Quella posta col motivo qui in esame costituisce – allo stato degli atti – questione nuova (non risultante come già svolta nei pregressi gradi del giudizio) o che comunque, come tale, va ritenuta in difetto di ogni altra dovuta opportuna allegazione.

Il motivo è, pertanto, del tutto inammissibile.

Infatti ” i motivi del ricorso per cassazione devono investire, a pena d’inammissibilità, questioni che siano già comprese nel tema del decidere del giudizio di appello, non essendo prospettabili per la prima volta in sede di legittimità questioni nuove o nuovi temi di contestazione non trattati nella fase di merito nè rilevabili d’ufficio.” (Cass. civ., Sez. Prima, Sent. 30 marzo 2007, n. 7981 ed, ancora e più di recente, Sez. 6-1, Ordinanza, 9 luglio 2013, n. 17041).

5.- Il quinto motivo è così rubricato: “violazione – falsa applicazione di norme di diritto ed in specie degli artt. 1592 e 1593 c.c., ai sensi dell’art. 360 c.p.c., n. 3, per aver la Corte distrettuale qualificato il suddetto contratto come contratto di locazione, ma non averne applicato le relative norme che lo disciplinano, ordinando – secondo i ricorrenti – un erroneo ordine di abbattimento”.

Il motivo attiene, nella sostanza, alla qualificazione giuridica attribuita dai Giudici del merito all’atto stipulato inter partes nel novembre 1983.

Orbene la valutazione data nel giudizio di merito è consistita nell’attribuire a quel particolare contratto/convenzione la natura di contratto atipico ed è, pertanto, del tutto infondata la pretesa, di cui al motivo, di ritenere applicabili, nell’ipotesi, le norme relative ad altro contratto tipico ed insussistente la possibilità di ordine di abbattimento.

Anche al di là di tutto ciò e dei conformi esiti giudiziari avutisi in ambedue i pregressi gradi di giudizio non può, conclusivamente, non evidenziarsi come l’assunzione contrattuale di un obbligo di pagamento di corrispettivo nel 1983 non possa consentire la presa costituzione postuma di un di un diritto reale.

Il motivo deve, dunque, essere respinto.

6.- Il ricorso deve, pertanto, essere rigettato.

7.- Le spese seguono la soccombenza e si determinano così come in dispositivo.

8.- Sussistono l’presupposti per il versamento, da parte dei ricorrente, dell’ulteriore importo a titolo di contributo unificato pari a quello dovuto per il ricorso principale, a norma del D.P.R. n. 115 del 2002, art. 13, comma 1 bis.

PQM

La Corte:

rigetta il ricorso e condanna i ricorrenti, in solido, al pagamento in favore delle parti controricorrenti delle spese del giudizio, determinate in Euro 4.000,00, oltre Euro 200,00 per esborsi, spese generali nella misura del 15% ed accessori come per legge.

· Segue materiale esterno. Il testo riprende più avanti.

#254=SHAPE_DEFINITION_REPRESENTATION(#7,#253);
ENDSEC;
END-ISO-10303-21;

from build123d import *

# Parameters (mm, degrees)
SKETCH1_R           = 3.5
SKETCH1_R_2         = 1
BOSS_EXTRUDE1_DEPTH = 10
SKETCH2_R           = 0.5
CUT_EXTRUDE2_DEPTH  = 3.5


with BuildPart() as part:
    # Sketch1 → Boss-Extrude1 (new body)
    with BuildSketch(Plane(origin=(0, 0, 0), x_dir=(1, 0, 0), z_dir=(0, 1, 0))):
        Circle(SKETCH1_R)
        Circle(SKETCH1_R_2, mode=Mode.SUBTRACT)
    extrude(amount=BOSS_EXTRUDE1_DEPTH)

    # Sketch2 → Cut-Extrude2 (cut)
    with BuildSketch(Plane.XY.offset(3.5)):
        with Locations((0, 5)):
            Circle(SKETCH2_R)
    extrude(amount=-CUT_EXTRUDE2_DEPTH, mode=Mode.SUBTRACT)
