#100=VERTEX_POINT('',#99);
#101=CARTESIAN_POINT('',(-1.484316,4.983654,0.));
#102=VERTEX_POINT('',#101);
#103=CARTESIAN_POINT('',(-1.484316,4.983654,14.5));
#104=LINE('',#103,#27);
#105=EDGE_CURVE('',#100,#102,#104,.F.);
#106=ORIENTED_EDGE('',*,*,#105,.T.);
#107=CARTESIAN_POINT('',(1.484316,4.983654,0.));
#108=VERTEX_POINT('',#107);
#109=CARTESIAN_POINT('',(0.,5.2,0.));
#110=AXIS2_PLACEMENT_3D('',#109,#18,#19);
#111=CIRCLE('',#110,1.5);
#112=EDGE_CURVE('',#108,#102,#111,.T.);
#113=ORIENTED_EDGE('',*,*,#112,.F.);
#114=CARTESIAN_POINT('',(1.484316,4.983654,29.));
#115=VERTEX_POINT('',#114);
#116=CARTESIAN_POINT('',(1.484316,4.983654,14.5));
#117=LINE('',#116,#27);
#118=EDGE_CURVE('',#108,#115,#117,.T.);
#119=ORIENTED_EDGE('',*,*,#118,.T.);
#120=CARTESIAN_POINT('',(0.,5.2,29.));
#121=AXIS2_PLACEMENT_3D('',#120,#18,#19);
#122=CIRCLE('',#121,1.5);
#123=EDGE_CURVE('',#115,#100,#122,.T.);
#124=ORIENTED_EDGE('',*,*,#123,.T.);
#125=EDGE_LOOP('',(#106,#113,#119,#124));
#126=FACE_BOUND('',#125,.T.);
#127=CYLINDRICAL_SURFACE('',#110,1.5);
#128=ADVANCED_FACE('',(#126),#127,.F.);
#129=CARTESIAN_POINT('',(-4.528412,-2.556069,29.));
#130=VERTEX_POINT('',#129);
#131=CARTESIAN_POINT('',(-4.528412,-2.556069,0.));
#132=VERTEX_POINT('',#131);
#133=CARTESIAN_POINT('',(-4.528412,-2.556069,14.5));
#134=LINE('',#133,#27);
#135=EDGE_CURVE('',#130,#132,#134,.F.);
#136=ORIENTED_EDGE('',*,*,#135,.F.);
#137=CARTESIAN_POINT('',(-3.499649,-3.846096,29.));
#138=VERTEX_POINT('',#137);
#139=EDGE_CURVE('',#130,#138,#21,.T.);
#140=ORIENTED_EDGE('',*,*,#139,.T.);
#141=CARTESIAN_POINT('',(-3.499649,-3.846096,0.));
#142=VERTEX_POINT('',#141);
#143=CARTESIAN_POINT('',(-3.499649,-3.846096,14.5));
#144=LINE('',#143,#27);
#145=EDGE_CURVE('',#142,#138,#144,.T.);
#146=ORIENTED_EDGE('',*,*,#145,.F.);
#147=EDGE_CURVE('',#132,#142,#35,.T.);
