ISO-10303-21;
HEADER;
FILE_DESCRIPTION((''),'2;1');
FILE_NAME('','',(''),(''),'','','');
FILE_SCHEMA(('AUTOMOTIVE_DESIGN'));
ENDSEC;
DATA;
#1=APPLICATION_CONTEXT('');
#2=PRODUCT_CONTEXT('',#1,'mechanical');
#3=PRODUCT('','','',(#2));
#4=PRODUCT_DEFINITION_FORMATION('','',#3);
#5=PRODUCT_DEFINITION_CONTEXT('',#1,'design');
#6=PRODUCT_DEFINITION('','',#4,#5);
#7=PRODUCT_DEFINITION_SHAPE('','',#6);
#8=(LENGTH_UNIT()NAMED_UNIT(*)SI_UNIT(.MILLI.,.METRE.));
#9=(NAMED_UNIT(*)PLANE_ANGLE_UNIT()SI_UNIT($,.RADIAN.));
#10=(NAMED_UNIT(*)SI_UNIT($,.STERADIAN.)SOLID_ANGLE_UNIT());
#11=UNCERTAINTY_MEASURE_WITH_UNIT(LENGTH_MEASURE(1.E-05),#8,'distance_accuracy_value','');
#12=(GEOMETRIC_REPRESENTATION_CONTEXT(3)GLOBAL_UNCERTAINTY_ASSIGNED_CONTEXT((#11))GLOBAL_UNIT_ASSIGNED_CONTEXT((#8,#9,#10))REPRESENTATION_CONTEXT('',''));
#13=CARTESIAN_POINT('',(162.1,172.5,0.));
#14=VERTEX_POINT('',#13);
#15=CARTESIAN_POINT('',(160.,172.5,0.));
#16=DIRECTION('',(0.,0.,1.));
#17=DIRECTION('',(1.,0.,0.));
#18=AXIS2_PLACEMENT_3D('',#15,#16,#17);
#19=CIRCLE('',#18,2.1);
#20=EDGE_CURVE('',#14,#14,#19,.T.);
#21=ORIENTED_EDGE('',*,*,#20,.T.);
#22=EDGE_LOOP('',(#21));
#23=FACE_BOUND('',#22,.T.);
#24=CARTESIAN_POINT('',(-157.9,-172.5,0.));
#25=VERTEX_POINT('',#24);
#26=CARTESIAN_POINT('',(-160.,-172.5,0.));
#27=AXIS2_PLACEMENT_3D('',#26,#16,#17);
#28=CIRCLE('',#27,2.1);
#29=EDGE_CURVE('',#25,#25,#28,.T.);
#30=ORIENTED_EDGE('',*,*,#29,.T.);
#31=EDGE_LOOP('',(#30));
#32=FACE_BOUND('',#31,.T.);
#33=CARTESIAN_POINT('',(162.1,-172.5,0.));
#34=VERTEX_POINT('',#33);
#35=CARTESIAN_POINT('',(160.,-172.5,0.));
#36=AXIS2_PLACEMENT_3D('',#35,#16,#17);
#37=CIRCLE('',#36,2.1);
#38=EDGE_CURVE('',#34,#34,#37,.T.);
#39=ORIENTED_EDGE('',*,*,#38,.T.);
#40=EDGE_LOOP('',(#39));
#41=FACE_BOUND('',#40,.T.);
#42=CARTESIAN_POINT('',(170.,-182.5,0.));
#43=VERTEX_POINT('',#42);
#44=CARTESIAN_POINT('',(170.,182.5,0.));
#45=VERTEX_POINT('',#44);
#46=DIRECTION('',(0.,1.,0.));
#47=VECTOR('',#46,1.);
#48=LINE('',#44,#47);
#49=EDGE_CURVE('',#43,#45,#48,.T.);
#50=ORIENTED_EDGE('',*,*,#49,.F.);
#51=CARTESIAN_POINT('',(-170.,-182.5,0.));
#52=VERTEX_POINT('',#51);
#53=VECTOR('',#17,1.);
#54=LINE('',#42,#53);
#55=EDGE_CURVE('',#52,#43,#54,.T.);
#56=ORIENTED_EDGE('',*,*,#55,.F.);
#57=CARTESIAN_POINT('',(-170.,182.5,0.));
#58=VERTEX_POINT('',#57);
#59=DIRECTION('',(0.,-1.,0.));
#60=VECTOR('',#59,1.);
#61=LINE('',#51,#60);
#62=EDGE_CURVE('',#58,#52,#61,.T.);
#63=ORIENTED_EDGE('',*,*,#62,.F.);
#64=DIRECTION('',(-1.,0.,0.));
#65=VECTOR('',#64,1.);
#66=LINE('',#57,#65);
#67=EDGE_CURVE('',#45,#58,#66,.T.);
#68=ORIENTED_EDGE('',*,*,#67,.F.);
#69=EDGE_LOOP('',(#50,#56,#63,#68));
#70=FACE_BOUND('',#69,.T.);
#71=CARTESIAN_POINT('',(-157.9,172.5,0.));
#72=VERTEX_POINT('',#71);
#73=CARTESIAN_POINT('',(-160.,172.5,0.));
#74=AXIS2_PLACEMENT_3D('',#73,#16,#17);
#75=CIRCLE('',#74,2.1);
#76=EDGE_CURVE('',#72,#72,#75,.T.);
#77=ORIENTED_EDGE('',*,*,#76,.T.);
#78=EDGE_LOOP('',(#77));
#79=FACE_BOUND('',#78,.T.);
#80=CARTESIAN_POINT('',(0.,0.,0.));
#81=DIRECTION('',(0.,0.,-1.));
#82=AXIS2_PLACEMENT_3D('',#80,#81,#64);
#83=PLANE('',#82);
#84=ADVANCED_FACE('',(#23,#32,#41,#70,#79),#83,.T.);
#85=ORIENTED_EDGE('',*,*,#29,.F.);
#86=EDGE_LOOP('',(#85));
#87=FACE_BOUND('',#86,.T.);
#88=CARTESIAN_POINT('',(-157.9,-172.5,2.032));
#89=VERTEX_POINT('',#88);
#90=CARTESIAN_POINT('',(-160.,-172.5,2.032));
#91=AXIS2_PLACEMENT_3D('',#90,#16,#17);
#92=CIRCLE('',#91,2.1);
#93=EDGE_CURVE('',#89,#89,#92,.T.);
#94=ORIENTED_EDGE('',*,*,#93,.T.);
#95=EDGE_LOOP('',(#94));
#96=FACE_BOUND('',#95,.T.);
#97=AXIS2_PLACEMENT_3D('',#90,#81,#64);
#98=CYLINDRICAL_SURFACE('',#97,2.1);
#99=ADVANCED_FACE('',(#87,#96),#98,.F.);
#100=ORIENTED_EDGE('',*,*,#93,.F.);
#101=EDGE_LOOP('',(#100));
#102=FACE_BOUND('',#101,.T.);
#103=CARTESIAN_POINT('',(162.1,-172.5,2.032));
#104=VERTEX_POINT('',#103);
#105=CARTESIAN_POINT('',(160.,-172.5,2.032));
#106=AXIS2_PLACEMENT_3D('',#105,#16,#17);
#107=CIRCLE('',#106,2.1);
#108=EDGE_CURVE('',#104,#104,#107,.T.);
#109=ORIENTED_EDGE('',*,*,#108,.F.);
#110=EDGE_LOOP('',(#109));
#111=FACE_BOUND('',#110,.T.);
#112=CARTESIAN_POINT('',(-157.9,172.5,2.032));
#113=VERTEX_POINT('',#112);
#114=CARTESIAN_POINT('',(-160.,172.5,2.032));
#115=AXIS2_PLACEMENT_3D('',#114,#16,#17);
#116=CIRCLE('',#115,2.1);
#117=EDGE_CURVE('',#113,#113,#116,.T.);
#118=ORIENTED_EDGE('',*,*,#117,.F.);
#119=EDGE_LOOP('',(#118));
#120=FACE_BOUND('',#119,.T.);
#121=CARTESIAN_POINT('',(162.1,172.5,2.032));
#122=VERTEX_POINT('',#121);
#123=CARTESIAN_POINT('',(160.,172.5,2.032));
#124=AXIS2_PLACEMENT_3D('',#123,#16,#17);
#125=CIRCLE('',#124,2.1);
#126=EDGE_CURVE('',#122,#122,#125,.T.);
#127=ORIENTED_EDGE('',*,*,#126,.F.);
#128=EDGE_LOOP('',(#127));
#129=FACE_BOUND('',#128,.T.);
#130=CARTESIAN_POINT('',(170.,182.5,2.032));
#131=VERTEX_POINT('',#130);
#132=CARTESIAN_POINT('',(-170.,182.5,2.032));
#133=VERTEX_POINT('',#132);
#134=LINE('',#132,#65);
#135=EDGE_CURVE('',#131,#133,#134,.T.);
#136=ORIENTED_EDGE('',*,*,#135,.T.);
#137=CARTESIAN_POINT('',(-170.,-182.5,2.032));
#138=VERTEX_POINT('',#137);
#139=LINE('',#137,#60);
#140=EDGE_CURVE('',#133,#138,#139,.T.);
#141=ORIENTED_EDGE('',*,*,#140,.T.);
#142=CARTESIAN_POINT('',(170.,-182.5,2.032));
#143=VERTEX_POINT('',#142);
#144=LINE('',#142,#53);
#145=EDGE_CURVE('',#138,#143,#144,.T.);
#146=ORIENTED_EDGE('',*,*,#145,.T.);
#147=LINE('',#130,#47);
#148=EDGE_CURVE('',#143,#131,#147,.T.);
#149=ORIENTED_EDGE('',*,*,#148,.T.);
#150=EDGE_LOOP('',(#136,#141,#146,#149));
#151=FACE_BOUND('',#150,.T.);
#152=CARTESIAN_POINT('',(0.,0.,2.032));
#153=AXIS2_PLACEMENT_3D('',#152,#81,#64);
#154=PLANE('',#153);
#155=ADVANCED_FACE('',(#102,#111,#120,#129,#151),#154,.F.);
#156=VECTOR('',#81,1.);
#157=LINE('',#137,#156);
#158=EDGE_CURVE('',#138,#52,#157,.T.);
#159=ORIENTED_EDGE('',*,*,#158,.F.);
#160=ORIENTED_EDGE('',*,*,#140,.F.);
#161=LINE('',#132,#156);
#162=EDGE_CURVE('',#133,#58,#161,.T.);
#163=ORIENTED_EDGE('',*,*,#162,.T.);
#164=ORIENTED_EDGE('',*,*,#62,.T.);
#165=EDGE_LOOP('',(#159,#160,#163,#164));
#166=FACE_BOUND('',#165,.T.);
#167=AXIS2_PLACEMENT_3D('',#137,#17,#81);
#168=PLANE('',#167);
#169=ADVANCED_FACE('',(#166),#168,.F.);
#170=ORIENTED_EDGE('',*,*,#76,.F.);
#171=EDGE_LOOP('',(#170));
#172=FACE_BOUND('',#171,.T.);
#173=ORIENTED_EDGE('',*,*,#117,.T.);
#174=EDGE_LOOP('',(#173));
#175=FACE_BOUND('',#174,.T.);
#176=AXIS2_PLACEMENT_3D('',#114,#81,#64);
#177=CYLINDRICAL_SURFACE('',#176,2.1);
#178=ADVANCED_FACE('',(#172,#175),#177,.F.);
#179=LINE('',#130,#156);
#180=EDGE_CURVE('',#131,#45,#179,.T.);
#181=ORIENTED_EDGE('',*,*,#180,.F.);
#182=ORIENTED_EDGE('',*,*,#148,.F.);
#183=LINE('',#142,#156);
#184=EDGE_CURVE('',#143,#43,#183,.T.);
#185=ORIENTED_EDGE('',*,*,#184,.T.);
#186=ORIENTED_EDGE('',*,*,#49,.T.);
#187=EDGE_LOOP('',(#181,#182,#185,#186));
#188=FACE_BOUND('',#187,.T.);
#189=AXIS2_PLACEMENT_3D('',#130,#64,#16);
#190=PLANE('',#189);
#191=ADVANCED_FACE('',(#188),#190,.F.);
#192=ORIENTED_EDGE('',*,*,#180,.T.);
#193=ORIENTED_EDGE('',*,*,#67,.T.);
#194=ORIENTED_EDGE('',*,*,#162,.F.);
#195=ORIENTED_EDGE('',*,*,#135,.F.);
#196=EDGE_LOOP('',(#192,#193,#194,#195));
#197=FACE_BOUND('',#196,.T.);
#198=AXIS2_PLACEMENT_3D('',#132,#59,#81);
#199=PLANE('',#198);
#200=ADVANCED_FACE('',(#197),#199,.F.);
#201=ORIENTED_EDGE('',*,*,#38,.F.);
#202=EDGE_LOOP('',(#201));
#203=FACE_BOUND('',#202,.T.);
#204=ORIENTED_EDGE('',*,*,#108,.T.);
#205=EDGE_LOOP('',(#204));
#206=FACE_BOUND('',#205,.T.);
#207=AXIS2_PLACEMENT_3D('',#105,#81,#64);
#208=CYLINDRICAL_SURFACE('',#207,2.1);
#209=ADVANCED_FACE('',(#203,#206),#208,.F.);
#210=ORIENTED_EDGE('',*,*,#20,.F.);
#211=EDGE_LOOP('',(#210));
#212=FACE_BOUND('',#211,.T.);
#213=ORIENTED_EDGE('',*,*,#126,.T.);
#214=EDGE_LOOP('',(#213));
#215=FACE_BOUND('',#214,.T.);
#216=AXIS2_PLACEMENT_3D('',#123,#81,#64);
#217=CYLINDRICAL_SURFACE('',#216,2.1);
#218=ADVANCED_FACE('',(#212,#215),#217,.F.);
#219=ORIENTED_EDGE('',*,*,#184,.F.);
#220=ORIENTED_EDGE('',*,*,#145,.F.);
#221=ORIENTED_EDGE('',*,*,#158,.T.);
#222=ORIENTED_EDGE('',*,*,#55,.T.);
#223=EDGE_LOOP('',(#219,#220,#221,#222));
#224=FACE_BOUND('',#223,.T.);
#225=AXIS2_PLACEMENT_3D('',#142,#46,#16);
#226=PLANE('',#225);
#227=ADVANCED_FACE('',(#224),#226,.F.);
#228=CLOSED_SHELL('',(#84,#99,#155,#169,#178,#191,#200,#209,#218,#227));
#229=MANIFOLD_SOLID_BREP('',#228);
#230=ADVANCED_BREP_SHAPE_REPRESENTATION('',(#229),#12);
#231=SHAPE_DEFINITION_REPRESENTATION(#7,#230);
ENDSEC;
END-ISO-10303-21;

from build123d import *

# Parameters (mm, degrees)
SKETCH1_W           = 340
SKETCH1_H           = 365
SKETCH1_R           = 2.1
BOSS_EXTRUDE1_DEPTH = 2.032


with BuildPart() as part:
    # Sketch1 → Boss-Extrude1 (new body)
    with BuildSketch(Plane.XY):
        Rectangle(SKETCH1_W, SKETCH1_H)
        with Locations((-160, -172.5)):
            Circle(SKETCH1_R, mode=Mode.SUBTRACT)
        with Locations((160, -172.5)):
            Circle(SKETCH1_R, mode=Mode.SUBTRACT)
        with Locations((160, 172.5)):
            Circle(SKETCH1_R, mode=Mode.SUBTRACT)
        with Locations((-160, 172.5)):
            Circle(SKETCH1_R, mode=Mode.SUBTRACT)
    extrude(amount=BOSS_EXTRUDE1_DEPTH)


solid = part.part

Ai sensi del D.P.R. n. 115 del 2002, art. 13, comma 1 quater, si dà atto della sussistenza dei presupposti per il versamento, da parte dei ricorrenti, dell’ulteriore importo a titolo di contributo unificato pari a quello dovuto per il ricorso principale, a norma dello stesso art. 13, comma 1 bis.

Così deciso in Roma, nella Camera di consiglio della Sezione Seconda Civile della Corte Suprema di Cassazione, il 3 ottobre 2019.